**Task prompt:**
Below are several entries. Transcribe exactly those lines that fall from the one with "e66 v38 v40 LINE" through the one with "FreeCAD Python script", end lines included.

[[ Data provided open ]]

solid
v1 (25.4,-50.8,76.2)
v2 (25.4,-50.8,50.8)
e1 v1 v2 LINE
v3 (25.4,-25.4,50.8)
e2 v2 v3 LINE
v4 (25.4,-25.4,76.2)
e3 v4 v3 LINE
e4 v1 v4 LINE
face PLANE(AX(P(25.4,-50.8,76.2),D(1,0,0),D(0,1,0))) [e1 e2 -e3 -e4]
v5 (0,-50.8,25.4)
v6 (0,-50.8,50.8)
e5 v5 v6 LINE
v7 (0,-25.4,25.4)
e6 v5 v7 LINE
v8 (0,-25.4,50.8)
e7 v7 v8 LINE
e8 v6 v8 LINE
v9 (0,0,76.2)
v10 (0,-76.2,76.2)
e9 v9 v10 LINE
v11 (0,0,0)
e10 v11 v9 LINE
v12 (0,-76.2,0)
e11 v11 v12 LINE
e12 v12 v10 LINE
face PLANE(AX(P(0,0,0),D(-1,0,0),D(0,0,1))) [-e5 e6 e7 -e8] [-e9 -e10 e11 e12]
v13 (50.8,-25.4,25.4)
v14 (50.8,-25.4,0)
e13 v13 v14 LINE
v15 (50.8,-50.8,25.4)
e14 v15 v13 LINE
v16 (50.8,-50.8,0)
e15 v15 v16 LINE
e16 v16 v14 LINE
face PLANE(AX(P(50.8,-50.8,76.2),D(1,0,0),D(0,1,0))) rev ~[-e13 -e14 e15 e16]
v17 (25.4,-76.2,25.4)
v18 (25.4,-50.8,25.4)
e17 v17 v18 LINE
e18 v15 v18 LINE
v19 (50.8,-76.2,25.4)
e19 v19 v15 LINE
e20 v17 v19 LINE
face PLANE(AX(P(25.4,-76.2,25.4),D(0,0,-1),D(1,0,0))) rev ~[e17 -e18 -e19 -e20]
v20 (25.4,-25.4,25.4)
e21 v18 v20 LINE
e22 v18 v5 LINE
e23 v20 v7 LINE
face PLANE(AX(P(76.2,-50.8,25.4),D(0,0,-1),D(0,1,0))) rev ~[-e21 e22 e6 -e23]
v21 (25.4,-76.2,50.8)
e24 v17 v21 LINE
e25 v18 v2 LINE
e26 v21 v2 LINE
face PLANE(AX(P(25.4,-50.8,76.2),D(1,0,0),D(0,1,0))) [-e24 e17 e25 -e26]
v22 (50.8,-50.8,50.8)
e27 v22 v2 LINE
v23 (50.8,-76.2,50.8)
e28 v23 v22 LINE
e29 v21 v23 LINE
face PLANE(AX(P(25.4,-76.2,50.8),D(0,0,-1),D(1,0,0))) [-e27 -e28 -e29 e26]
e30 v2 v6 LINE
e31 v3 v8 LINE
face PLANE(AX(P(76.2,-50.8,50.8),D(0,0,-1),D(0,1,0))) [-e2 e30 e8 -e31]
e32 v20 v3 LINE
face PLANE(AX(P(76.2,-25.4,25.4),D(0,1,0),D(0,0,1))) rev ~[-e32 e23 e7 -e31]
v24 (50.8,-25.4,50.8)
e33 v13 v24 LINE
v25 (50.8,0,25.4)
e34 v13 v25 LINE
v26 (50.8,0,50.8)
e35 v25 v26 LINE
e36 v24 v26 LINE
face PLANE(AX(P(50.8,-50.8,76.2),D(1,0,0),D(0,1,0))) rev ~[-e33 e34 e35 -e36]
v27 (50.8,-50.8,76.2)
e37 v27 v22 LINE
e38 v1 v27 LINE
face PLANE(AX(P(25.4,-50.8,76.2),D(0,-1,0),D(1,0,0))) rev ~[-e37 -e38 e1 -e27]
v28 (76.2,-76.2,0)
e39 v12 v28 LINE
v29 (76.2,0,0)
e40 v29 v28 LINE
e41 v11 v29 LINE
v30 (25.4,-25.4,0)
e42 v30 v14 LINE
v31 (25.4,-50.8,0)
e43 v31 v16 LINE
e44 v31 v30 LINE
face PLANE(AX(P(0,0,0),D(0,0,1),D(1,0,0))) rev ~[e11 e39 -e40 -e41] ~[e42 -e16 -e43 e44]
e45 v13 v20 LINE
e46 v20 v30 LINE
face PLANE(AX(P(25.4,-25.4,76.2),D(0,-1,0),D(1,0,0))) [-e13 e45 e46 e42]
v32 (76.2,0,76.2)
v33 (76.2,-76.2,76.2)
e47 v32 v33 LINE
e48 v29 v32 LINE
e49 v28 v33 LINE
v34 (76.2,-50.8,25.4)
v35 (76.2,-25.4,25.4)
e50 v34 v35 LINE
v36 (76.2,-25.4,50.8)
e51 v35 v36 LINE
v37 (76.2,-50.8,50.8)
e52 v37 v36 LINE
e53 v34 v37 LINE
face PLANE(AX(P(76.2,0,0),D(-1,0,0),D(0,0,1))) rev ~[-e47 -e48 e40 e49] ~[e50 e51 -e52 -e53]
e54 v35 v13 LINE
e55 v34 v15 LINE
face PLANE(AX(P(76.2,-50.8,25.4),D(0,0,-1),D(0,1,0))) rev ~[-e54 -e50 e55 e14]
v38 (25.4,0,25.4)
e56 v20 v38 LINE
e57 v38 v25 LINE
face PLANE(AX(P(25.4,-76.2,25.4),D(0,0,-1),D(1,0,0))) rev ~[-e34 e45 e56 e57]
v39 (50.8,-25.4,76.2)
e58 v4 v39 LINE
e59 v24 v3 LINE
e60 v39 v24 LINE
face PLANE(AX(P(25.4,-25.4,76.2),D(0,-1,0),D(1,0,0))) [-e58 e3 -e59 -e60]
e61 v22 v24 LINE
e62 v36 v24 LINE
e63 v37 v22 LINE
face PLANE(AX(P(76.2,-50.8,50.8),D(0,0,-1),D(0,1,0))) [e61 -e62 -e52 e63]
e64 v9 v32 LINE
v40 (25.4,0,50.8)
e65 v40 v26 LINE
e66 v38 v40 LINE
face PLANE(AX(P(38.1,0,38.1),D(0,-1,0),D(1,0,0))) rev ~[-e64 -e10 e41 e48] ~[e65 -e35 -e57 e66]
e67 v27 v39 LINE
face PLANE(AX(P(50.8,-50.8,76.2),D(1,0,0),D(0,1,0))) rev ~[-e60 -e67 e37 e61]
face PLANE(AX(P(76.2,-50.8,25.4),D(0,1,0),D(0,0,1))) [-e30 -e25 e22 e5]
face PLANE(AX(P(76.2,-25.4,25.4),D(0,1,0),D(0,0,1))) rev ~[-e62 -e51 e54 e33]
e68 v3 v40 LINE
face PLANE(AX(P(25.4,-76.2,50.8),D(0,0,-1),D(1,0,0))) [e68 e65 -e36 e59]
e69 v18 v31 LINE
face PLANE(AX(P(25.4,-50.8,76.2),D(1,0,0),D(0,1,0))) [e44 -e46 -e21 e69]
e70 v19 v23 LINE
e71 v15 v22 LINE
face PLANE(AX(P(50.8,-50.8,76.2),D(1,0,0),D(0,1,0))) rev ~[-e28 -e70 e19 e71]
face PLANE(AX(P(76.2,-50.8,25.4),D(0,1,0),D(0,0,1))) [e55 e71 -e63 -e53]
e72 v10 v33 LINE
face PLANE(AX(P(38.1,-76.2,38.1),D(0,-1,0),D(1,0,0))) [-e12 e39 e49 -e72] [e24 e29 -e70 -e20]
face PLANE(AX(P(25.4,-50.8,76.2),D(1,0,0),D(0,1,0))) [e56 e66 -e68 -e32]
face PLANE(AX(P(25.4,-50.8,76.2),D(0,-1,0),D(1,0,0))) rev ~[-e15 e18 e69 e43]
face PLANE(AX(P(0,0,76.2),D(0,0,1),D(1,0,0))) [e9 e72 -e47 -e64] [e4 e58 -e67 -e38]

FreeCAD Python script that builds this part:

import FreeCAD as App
import Part
import Sketcher

V = App.Vector
Q = App.Units.Quantity


def add_polygon(sketch, points):
    """Adds a closed chain of lines whose ends are joined by coincident constraints."""
    first, n = sketch.GeometryCount, len(points)
    for a, b in zip(points, points[1:] + points[:1]):
        sketch.addGeometry(Part.LineSegment(App.Vector(*a, 0), App.Vector(*b, 0)), False)
    for i in range(n):
        sketch.addConstraint(Sketcher.Constraint("Coincident", first + i, 2, first + (i + 1) % n, 1))

doc = App.newDocument("Part")
body = doc.addObject("PartDesign::Body", "Body")

sketch1 = doc.addObject("Sketcher::SketchObject", "Sketch")
body.addObject(sketch1)
sketch1.AttachmentSupport = (doc.XZ_Plane, [""])
sketch1.MapMode = "FlatFace"
add_polygon(sketch1, [(0, 76), (0, 0), (76, 0), (76, 76)])
sketch1.addConstraint([
    Sketcher.Constraint("Vertical", 0),
    Sketcher.Constraint("Horizontal", 1),
    Sketcher.Constraint("Vertical", 2),
    Sketcher.Constraint("Horizontal", 3),
    Sketcher.Constraint("Coincident", 0, 2, -1, 1),
    Sketcher.Constraint("Equal", 3, 0),
    Sketcher.Constraint("DistanceX", 1, 1, 1, 2, Q("3 in")),
])
pad1 = doc.addObject("PartDesign::Pad", "Pad")
body.addObject(pad1)
pad1.Profile = sketch1
pad1.Length = Q("3 in")

sketch2 = doc.addObject("Sketcher::SketchObject", "Sketch001")
body.addObject(sketch2)
sketch2.AttachmentSupport = (doc.XZ_Plane, [""])
sketch2.MapMode = "FlatFace"
sketch2.AttachmentOffset = App.Placement(V(0, 0, 3 * 25.4), App.Rotation())
add_polygon(sketch2, [(25, 51), (25, 25), (51, 25), (51, 51)])
sketch2.addConstraint([
    Sketcher.Constraint("Vertical", 0),
    Sketcher.Constraint("Horizontal", 1),
    Sketcher.Constraint("Vertical", 2),
    Sketcher.Constraint("Horizontal", 3),
    Sketcher.Constraint("Equal", 3, 0),
    Sketcher.Constraint("DistanceX", 1, 1, 1, 2, Q("1 in")),
    Sketcher.Constraint("DistanceX", -1, 1, 0, 2, Q("1 in")),
    Sketcher.Constraint("DistanceY", -1, 1, 0, 2, Q("1 in")),
])
pocket1 = doc.addObject("PartDesign::Pocket", "Pocket")
body.addObject(pocket1)
pocket1.Profile = sketch2
pocket1.Length = Q("3 in")

sketch3 = doc.addObject("Sketcher::SketchObject", "Sketch002")
body.addObject(sketch3)
sketch3.AttachmentSupport = (doc.XY_Plane, [""])
sketch3.MapMode = "FlatFace"
sketch3.AttachmentOffset = App.Placement(V(0, 0, 3 * 25.4), App.Rotation())
add_polygon(sketch3, [(25, -25), (25, -51), (51, -51), (51, -25)])
sketch3.addConstraint([
    Sketcher.Constraint("Vertical", 0),
    Sketcher.Constraint("Horizontal", 1),
    Sketcher.Constraint("Vertical", 2),
    Sketcher.Constraint("Horizontal", 3),
    Sketcher.Constraint("Equal", 3, 0),
    Sketcher.Constraint("DistanceX", 1, 1, 1, 2, Q("1 in")),
    Sketcher.Constraint("DistanceX", -1, 1, 0, 2, Q("1 in")),
    Sketcher.Constraint("DistanceY", 0, 2, -1, 1, Q("2 in")),
])
pocket2 = doc.addObject("PartDesign::Pocket", "Pocket001")
body.addObject(pocket2)
pocket2.Profile = sketch3
pocket2.Length = Q("3 in")

sketch4 = doc.addObject("Sketcher::SketchObject", "Sketch003")
body.addObject(sketch4)
sketch4.AttachmentSupport = (doc.YZ_Plane, [""])
sketch4.MapMode = "FlatFace"
sketch4.AttachmentOffset = App.Placement(V(0, 0, 3 * 25.4), App.Rotation())
add_polygon(sketch4, [(-51, 51), (-51, 25), (-25, 25), (-25, 51)])
sketch4.addConstraint([
    Sketcher.Constraint("Vertical", 0),
    Sketcher.Constraint("Horizontal", 1),
    Sketcher.Constraint("Vertical", 2),
    Sketcher.Constraint("Horizontal", 3),
    Sketcher.Constraint("Equal", 3, 0),
    Sketcher.Constraint("DistanceX", 1, 1, 1, 2, Q("1 in")),
    Sketcher.Constraint("DistanceX", 0, 2, -1, 1, Q("2 in")),
    Sketcher.Constraint("DistanceY", -1, 1, 0, 2, Q("1 in")),
])
pocket3 = doc.addObject("PartDesign::Pocket", "Pocket002")
body.addObject(pocket3)
pocket3.Profile = sketch4
pocket3.Length = Q("3 in")

doc.recompute()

[[ Data provided closed ]]

**Answer below:**
e66 v38 v40 LINE
face PLANE(AX(P(38.1,0,38.1),D(0,-1,0),D(1,0,0))) rev ~[-e64 -e10 e41 e48] ~[e65 -e35 -e57 e66]
e67 v27 v39 LINE
face PLANE(AX(P(50.8,-50.8,76.2),D(1,0,0),D(0,1,0))) rev ~[-e60 -e67 e37 e61]
face PLANE(AX(P(76.2,-50.8,25.4),D(0,1,0),D(0,0,1))) [-e30 -e25 e22 e5]
face PLANE(AX(P(76.2,-25.4,25.4),D(0,1,0),D(0,0,1))) rev ~[-e62 -e51 e54 e33]
e68 v3 v40 LINE
face PLANE(AX(P(25.4,-76.2,50.8),D(0,0,-1),D(1,0,0))) [e68 e65 -e36 e59]
e69 v18 v31 LINE
face PLANE(AX(P(25.4,-50.8,76.2),D(1,0,0),D(0,1,0))) [e44 -e46 -e21 e69]
e70 v19 v23 LINE
e71 v15 v22 LINE
face PLANE(AX(P(50.8,-50.8,76.2),D(1,0,0),D(0,1,0))) rev ~[-e28 -e70 e19 e71]
face PLANE(AX(P(76.2,-50.8,25.4),D(0,1,0),D(0,0,1))) [e55 e71 -e63 -e53]
e72 v10 v33 LINE
face PLANE(AX(P(38.1,-76.2,38.1),D(0,-1,0),D(1,0,0))) [-e12 e39 e49 -e72] [e24 e29 -e70 -e20]
face PLANE(AX(P(25.4,-50.8,76.2),D(1,0,0),D(0,1,0))) [e56 e66 -e68 -e32]
face PLANE(AX(P(25.4,-50.8,76.2),D(0,-1,0),D(1,0,0))) rev ~[-e15 e18 e69 e43]
face PLANE(AX(P(0,0,76.2),D(0,0,1),D(1,0,0))) [e9 e72 -e47 -e64] [e4 e58 -e67 -e38]

FreeCAD Python script that builds this part:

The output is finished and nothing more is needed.